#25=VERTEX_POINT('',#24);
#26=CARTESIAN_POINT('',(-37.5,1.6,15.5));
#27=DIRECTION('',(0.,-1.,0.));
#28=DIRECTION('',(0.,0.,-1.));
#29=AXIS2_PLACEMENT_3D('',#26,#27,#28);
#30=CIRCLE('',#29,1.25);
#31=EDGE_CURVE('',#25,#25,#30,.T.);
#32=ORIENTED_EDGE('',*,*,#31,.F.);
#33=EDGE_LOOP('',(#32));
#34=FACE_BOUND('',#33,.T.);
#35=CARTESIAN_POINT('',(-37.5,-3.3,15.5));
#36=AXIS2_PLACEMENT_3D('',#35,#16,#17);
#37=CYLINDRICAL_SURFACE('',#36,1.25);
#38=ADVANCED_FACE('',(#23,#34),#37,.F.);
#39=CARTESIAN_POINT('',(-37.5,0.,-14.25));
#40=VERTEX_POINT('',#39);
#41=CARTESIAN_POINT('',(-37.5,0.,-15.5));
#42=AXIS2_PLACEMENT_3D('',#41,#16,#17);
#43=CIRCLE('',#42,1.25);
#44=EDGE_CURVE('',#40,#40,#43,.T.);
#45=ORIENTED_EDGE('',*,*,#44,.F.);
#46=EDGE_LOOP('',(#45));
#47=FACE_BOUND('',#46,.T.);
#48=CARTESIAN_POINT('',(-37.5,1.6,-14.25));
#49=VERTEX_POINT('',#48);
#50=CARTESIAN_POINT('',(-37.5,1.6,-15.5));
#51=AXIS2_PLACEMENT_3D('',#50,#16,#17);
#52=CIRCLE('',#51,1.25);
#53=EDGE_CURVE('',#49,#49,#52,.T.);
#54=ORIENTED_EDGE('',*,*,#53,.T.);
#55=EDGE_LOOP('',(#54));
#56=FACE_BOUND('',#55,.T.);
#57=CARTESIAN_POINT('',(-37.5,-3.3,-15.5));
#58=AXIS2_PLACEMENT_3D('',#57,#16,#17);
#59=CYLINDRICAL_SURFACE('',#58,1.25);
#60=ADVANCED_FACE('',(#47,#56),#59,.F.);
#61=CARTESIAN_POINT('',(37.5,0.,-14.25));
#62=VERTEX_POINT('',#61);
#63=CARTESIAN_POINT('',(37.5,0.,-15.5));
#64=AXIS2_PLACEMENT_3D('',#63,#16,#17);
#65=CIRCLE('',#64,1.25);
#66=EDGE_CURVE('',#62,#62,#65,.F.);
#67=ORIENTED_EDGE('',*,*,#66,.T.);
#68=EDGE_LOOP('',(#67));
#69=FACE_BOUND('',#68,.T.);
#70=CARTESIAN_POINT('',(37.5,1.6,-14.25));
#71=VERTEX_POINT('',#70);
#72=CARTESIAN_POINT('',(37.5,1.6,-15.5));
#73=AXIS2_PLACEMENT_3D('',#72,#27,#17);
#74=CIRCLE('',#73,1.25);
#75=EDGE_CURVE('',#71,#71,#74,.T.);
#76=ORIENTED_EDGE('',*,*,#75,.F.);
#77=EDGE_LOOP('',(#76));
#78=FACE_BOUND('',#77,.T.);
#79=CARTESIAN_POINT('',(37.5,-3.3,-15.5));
= = =
Action item » In the listing above, find the line containing "#72=CARTESIAN_POINT('',(37.5,1.6,-15.5));" and please quote exactly that line through the last one, and no other lines.

Output »
#72=CARTESIAN_POINT('',(37.5,1.6,-15.5));
#73=AXIS2_PLACEMENT_3D('',#72,#27,#17);
#74=CIRCLE('',#73,1.25);
#75=EDGE_CURVE('',#71,#71,#74,.T.);
#76=ORIENTED_EDGE('',*,*,#75,.F.);
#77=EDGE_LOOP('',(#76));
#78=FACE_BOUND('',#77,.T.);
#79=CARTESIAN_POINT('',(37.5,-3.3,-15.5));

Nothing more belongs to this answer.